Biofuel has huge potential to stimulate rural development and to generate employment. Benefits to the environment as well as energy security are key factors working in favour of biofuels.
There has been a very positive shift towards the growth of biofuel as an energy source due to subsidies and incentives offered by the Indian government. Bio-ethanol has been allotted a concessional excise duty of 16 percent and is also exempted from excise duty. Currently, there are no other central tax and duties which are being proposed or planned to be levied on biofuels.
The Indian approach towards the biofuel energy sector has been different to the current international approach as India’s focus has been on non-feedstock which are raised on degraded or wasteland thus avoiding the conflict of fuel vs. food security. India's policy surrounding biofuels favours utilisation of indigenous biomass food stocks for the production of biofuel. The goal of the policy has been to ensure that a minimum level of biofuels become readily available in the market to meet the demand at any given time. An indicative target proposed to be implemented by 2017 is to have of 20 percent blending of biofuels, both for bio-diesel and bio-ethanol.

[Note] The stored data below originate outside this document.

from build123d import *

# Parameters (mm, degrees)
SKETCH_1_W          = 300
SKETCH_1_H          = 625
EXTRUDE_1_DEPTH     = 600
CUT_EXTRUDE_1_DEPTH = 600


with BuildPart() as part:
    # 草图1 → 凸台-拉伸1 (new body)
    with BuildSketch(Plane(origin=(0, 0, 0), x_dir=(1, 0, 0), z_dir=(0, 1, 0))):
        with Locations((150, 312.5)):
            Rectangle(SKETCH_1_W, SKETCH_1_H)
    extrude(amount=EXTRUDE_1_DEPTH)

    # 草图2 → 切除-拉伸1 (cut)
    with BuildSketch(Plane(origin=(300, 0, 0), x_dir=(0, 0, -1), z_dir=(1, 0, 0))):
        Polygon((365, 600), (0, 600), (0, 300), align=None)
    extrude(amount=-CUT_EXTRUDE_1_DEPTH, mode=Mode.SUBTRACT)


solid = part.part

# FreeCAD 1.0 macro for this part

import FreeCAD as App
import Part
import Sketcher


def add_polygon(sketch, points):
    """Adds a closed chain of lines whose ends are joined by coincident constraints."""
    first, n = sketch.GeometryCount, len(points)
    for a, b in zip(points, points[1:] + points[:1]):
        sketch.addGeometry(Part.LineSegment(App.Vector(*a, 0), App.Vector(*b, 0)), False)
    for i in range(n):
        sketch.addConstraint(Sketcher.Constraint("Coincident", first + i, 2, first + (i + 1) % n, 1))

doc = App.newDocument("Part")
body = doc.addObject("PartDesign::Body", "Body")

# Sketch on XZ plane
sketch1 = body.newObject("Sketcher::SketchObject", "Sketch")
sketch1.AttachmentSupport = (doc.getObject("XZ_Plane"), [""])
sketch1.MapMode = "FlatFace"
add_polygon(sketch1, [(0, -625), (0, 0), (300, 0), (300, -625)])  # lines 0-3
sketch1.addConstraint(Sketcher.Constraint("Vertical", 0))
sketch1.addConstraint(Sketcher.Constraint("Horizontal", 1))
sketch1.addConstraint(Sketcher.Constraint("Vertical", 2))
sketch1.addConstraint(Sketcher.Constraint("Horizontal", 3))
sketch1.addConstraint(Sketcher.Constraint("Coincident", 0, 2, -1, 1))
sketch1.addConstraint(Sketcher.Constraint("DistanceX", 1, 1, 1, 2, 300.0))
sketch1.addConstraint(Sketcher.Constraint("DistanceY", 0, 1, 0, 2, 625.0))
pad1 = body.newObject("PartDesign::Pad", "Pad")
pad1.Profile = sketch1
pad1.Length = 600
pad1.Reversed = True

# Sketch on YZ plane
sketch2 = body.newObject("Sketcher::SketchObject", "Sketch001")
sketch2.AttachmentSupport = (doc.getObject("YZ_Plane"), [""])
sketch2.MapMode = "FlatFace"
sketch2.AttachmentOffset = App.Placement(App.Vector(0, 0, 300), App.Rotation())
add_polygon(sketch2, [(600, -365), (600, 0), (300, 0)])  # lines 0-2
sketch2.addConstraint(Sketcher.Constraint("Vertical", 0))
sketch2.addConstraint(Sketcher.Constraint("Horizontal", 1))
sketch2.addConstraint(Sketcher.Constraint("PointOnObject", 0, 2, -1))
sketch2.addConstraint(Sketcher.Constraint("DistanceX", 1, 2, 1, 1, 300.0))
sketch2.addConstraint(Sketcher.Constraint("DistanceY", 0, 1, 0, 2, 365.0))
sketch2.addConstraint(Sketcher.Constraint("DistanceX", -1, 1, 0, 2, 600.0))
pocket1 = body.newObject("PartDesign::Pocket", "Pocket")
pocket1.Profile = sketch2
pocket1.Length = 600

doc.recompute()
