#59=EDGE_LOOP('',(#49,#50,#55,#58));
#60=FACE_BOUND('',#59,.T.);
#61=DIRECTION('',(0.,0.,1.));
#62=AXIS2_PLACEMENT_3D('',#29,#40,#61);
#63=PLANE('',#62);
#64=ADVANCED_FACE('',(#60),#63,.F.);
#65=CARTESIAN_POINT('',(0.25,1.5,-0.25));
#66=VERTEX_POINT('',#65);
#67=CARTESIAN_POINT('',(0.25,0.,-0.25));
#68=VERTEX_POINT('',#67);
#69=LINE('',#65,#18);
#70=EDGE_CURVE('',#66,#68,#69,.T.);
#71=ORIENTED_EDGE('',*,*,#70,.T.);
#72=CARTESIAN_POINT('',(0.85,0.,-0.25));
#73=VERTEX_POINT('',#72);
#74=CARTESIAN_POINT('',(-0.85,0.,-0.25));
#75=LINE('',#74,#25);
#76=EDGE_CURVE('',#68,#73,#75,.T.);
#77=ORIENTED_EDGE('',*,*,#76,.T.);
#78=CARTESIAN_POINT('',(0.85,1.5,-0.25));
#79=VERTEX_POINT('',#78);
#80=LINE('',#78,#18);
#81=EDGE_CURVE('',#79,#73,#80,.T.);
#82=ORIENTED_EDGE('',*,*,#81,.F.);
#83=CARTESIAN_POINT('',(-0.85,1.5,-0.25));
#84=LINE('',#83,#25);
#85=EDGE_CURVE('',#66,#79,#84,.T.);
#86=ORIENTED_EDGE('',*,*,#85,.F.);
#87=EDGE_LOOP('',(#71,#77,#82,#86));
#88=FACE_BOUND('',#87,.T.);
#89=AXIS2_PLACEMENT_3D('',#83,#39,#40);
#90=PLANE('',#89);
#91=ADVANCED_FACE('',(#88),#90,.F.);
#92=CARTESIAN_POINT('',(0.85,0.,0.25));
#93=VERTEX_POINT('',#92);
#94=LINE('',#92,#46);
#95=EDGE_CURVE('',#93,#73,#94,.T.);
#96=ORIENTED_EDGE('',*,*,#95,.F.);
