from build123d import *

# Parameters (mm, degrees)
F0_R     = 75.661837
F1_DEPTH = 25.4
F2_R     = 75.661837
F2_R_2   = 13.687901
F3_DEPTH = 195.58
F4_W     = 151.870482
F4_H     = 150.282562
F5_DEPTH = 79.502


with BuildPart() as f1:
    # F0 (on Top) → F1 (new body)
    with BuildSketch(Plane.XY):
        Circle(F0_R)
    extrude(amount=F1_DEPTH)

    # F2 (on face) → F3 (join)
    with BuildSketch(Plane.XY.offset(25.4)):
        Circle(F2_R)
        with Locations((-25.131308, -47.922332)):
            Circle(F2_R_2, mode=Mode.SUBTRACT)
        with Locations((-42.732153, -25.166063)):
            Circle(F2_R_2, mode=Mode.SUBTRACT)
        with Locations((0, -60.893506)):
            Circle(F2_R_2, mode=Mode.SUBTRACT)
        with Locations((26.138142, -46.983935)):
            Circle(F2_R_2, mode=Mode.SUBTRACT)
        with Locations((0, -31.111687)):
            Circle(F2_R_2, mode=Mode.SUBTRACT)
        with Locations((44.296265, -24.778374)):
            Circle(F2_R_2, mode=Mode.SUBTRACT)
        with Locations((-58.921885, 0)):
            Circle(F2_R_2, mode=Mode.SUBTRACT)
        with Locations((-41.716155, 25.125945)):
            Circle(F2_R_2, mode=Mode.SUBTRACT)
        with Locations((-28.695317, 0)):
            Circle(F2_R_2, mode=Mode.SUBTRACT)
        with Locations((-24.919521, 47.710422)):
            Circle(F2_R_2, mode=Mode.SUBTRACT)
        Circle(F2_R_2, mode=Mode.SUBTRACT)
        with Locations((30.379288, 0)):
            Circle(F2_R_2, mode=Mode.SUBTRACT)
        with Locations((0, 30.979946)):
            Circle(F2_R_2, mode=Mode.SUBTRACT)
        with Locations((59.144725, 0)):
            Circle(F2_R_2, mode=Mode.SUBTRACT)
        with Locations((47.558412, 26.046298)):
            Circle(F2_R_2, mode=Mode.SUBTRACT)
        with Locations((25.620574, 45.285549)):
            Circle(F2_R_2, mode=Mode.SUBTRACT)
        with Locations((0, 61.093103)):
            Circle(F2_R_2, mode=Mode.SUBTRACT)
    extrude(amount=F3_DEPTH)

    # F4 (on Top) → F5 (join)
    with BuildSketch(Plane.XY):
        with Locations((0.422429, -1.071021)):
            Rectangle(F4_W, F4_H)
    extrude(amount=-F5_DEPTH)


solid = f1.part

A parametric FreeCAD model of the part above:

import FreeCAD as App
import Part
import Sketcher
from FreeCAD import Vector
Q = App.Units.Quantity


def add_polygon(sketch, points):
    """Adds a closed chain of lines whose ends are joined by coincident constraints."""
    first, n = sketch.GeometryCount, len(points)
    for a, b in zip(points, points[1:] + points[:1]):
        sketch.addGeometry(Part.LineSegment(App.Vector(*a, 0), App.Vector(*b, 0)), False)
    for i in range(n):
        sketch.addConstraint(Sketcher.Constraint("Coincident", first + i, 2, first + (i + 1) % n, 1))

doc = App.newDocument("Part")
body = doc.addObject("PartDesign::Body", "Body")

sketch1 = doc.addObject("Sketcher::SketchObject", "Sketch")
body.addObject(sketch1)
sketch1.AttachmentSupport = (doc.XY_Plane, [""])
sketch1.MapMode = "FlatFace"
sketch1.addGeometry(Part.Circle(Vector(0, 0, 0), Vector(0, 0, 1), 76), False)
sketch1.addConstraint([
    Sketcher.Constraint("Coincident", 0, 3, -1, 1),
    Sketcher.Constraint("Diameter", 0, Q("151.323674 mm")),
])
pad1 = doc.addObject("PartDesign::Pad", "Pad")
body.addObject(pad1)
pad1.Profile = sketch1
pad1.Length = Q("1 in")

sketch2 = doc.addObject("Sketcher::SketchObject", "Sketch001")
body.addObject(sketch2)
sketch2.AttachmentSupport = (doc.XY_Plane, [""])
sketch2.MapMode = "FlatFace"
sketch2.AttachmentOffset = App.Placement(Vector(0, 0, 1 * 25.4), App.Rotation())
sketch2.addGeometry([
    Part.Circle(Vector(0, 0, 0), Vector(0, 0, 1), 76),
    Part.Circle(Vector(0, -61, 0), Vector(0, 0, 1), 14),
    Part.Circle(Vector(-25, -48, 0), Vector(0, 0, 1), 14),
    Part.Circle(Vector(-43, -25, 0), Vector(0, 0, 1), 14),
    Part.Circle(Vector(-59, 0, 0), Vector(0, 0, 1), 14),
    Part.Circle(Vector(0, -31, 0), Vector(0, 0, 1), 14),
    Part.Circle(Vector(-29, 0, 0), Vector(0, 0, 1), 14),
    Part.Circle(Vector(0, 0, 0), Vector(0, 0, 1), 14),
    Part.Circle(Vector(26, -47, 0), Vector(0, 0, 1), 14),
    Part.Circle(Vector(30, 0, 0), Vector(0, 0, 1), 14),
    Part.Circle(Vector(44, -25, 0), Vector(0, 0, 1), 14),
    Part.Circle(Vector(59, 0, 0), Vector(0, 0, 1), 14),
    Part.Circle(Vector(-42, 25, 0), Vector(0, 0, 1), 14),
    Part.Circle(Vector(0, 31, 0), Vector(0, 0, 1), 14),
    Part.Circle(Vector(-25, 48, 0), Vector(0, 0, 1), 14),
    Part.Circle(Vector(0, 61, 0), Vector(0, 0, 1), 14),
    Part.Circle(Vector(48, 26, 0), Vector(0, 0, 1), 14),
    Part.Circle(Vector(26, 45, 0), Vector(0, 0, 1), 14),
], False)
sketch2.addConstraint([
    Sketcher.Constraint("Coincident", 0, 3, -1, 1),
    Sketcher.Constraint("Coincident", 7, 3, -1, 1),
    Sketcher.Constraint("Equal", 1, 2),
    Sketcher.Constraint("Equal", 2, 3),
    Sketcher.Constraint("Equal", 3, 4),
    Sketcher.Constraint("Equal", 4, 5),
    Sketcher.Constraint("Equal", 5, 6),
    Sketcher.Constraint("Equal", 6, 7),
    Sketcher.Constraint("Equal", 7, 8),
    Sketcher.Constraint("Equal", 8, 9),
    Sketcher.Constraint("Equal", 9, 10),
    Sketcher.Constraint("Equal", 10, 11),
    Sketcher.Constraint("Equal", 11, 12),
    Sketcher.Constraint("Equal", 12, 13),
    Sketcher.Constraint("Equal", 13, 14),
    Sketcher.Constraint("Equal", 14, 15),
    Sketcher.Constraint("Equal", 15, 16),
    Sketcher.Constraint("Equal", 16, 17),
    Sketcher.Constraint("PointOnObject", 1, 3, -2),
    Sketcher.Constraint("PointOnObject", 4, 3, -1),
    Sketcher.Constraint("PointOnObject", 5, 3, -2),
    Sketcher.Constraint("PointOnObject", 6, 3, -1),
    Sketcher.Constraint("PointOnObject", 9, 3, -1),
    Sketcher.Constraint("PointOnObject", 11, 3, -1),
    Sketcher.Constraint("PointOnObject", 13, 3, -2),
    Sketcher.Constraint("PointOnObject", 15, 3, -2),
    Sketcher.Constraint("Diameter", 1, Q("27.375802 mm")),
    Sketcher.Constraint("DistanceX", 3, 3, 12, 3, Q("0.0399999 in")),
    Sketcher.Constraint("Diameter", 0, Q("151.323674 mm")),
    Sketcher.Constraint("DistanceY", -1, 1, 16, 3, Q("26.046298 mm")),
    Sketcher.Constraint("DistanceY", 12, 3, 13, 3, Q("5.854001 mm")),
    Sketcher.Constraint("DistanceX", 2, 3, -1, 1, Q("25.131308 mm")),
    Sketcher.Constraint("DistanceY", 2, 3, -1, 1, Q("47.922332 mm")),
    Sketcher.Constraint("DistanceX", -1, 1, 8, 3, Q("26.138142 mm")),
    Sketcher.Constraint("DistanceX", 14, 3, -1, 1, Q("24.919521 mm")),
    Sketcher.Constraint("DistanceX", -1, 1, 16, 3, Q("47.558412 mm")),
    Sketcher.Constraint("DistanceY", -1, 1, 17, 3, Q("45.285549 mm")),
    Sketcher.Constraint("DistanceY", 2, 3, 3, 3, Q("22.756269 mm")),
    Sketcher.Constraint("DistanceY", 1, 3, 5, 3, Q("29.781819 mm")),
    Sketcher.Constraint("DistanceX", 4, 3, 6, 3, Q("30.226568 mm")),
    Sketcher.Constraint("DistanceX", 6, 3, 2, 3, Q("3.564009 mm")),
    Sketcher.Constraint("DistanceY", 1, 3, 8, 3, Q("13.909571 mm")),
    Sketcher.Constraint("DistanceY", 8, 3, 10, 3, Q("22.205561 mm")),
    Sketcher.Constraint("DistanceX", 10, 3, 11, 3, Q("14.84846 mm")),
    Sketcher.Constraint("DistanceX", 12, 3, 6, 3, Q("13.020838 mm")),
    Sketcher.Constraint("DistanceY", 3, 3, 12, 3, Q("50.292008 mm")),
    Sketcher.Constraint("DistanceY", 14, 3, 15, 3, Q("13.382681 mm")),
    Sketcher.Constraint("DistanceY", 1, 3, -1, 1, Q("60.893506 mm")),
    Sketcher.Constraint("DistanceX", -1, 1, 9, 3, Q("30.379288 mm")),
    Sketcher.Constraint("DistanceX", -1, 1, 10, 3, Q("44.296265 mm")),
    Sketcher.Constraint("DistanceY", -1, 1, 14, 3, Q("47.710422 mm")),
    Sketcher.Constraint("DistanceX", -1, 1, 17, 3, Q("25.620574 mm")),
])
pad2 = doc.addObject("PartDesign::Pad", "Pad001")
body.addObject(pad2)
pad2.Profile = sketch2
pad2.Length = Q("7.7 in")

sketch3 = doc.addObject("Sketcher::SketchObject", "Sketch002")
body.addObject(sketch3)
sketch3.AttachmentSupport = (doc.XY_Plane, [""])
sketch3.MapMode = "FlatFace"
add_polygon(sketch3, [(-76, 74), (-76, -76), (76, -76), (76, 74)])
sketch3.addConstraint([
    Sketcher.Constraint("Vertical", 0),
    Sketcher.Constraint("Horizontal", 1),
    Sketcher.Constraint("Vertical", 2),
    Sketcher.Constraint("Horizontal", 3),
    Sketcher.Constraint("DistanceX", 1, 1, 1, 2, Q("151.870482 mm")),
    Sketcher.Constraint("DistanceY", 0, 2, 0, 1, Q("150.282562 mm")),
    Sketcher.Constraint("DistanceY", 0, 2, -1, 1, Q("76.212302 mm")),
    Sketcher.Constraint("DistanceX", 0, 2, -1, 1, Q("75.512812 mm")),
])
pad3 = doc.addObject("PartDesign::Pad", "Pad002")
body.addObject(pad3)
pad3.Profile = sketch3
pad3.Length = Q("3.13 in")
pad3.Reversed = True

doc.recompute()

To make the issues of fuel vs. food security irrelevant in the Indian context, the development focus is to utilise waste, degraded forest and non-forest lands only for cultivation of shrubs and trees bearing non-edible oil seeds for production of bio-diesel fuel. The price dependency is also worked out so that future growth of biofuel is not hindered by the rise of diesel or the petroleum price. For the moment, the Minimum Purchase Price (MPP) for bio-diesel will be linked to the prevailing retail diesel price and based on actual production cost and import price of bio-ethanol. If the prices of diesel or petroleum fall below the minimum purchase price decided by the government in order to compensate the oil marketing companies (OMC).
Although India’s Ministry of New and Renewable Energy has strongly implemented and supported policy and budgetary support for renewable energy over the years, there are still a few major barriers that are hindering the substantial growth of renewable energy in India. There needs to be huge policy reformations in order to conceal the innovation induction, and strategies to up-scale deployment and provide investor’s access to capital through technology development and adaptation.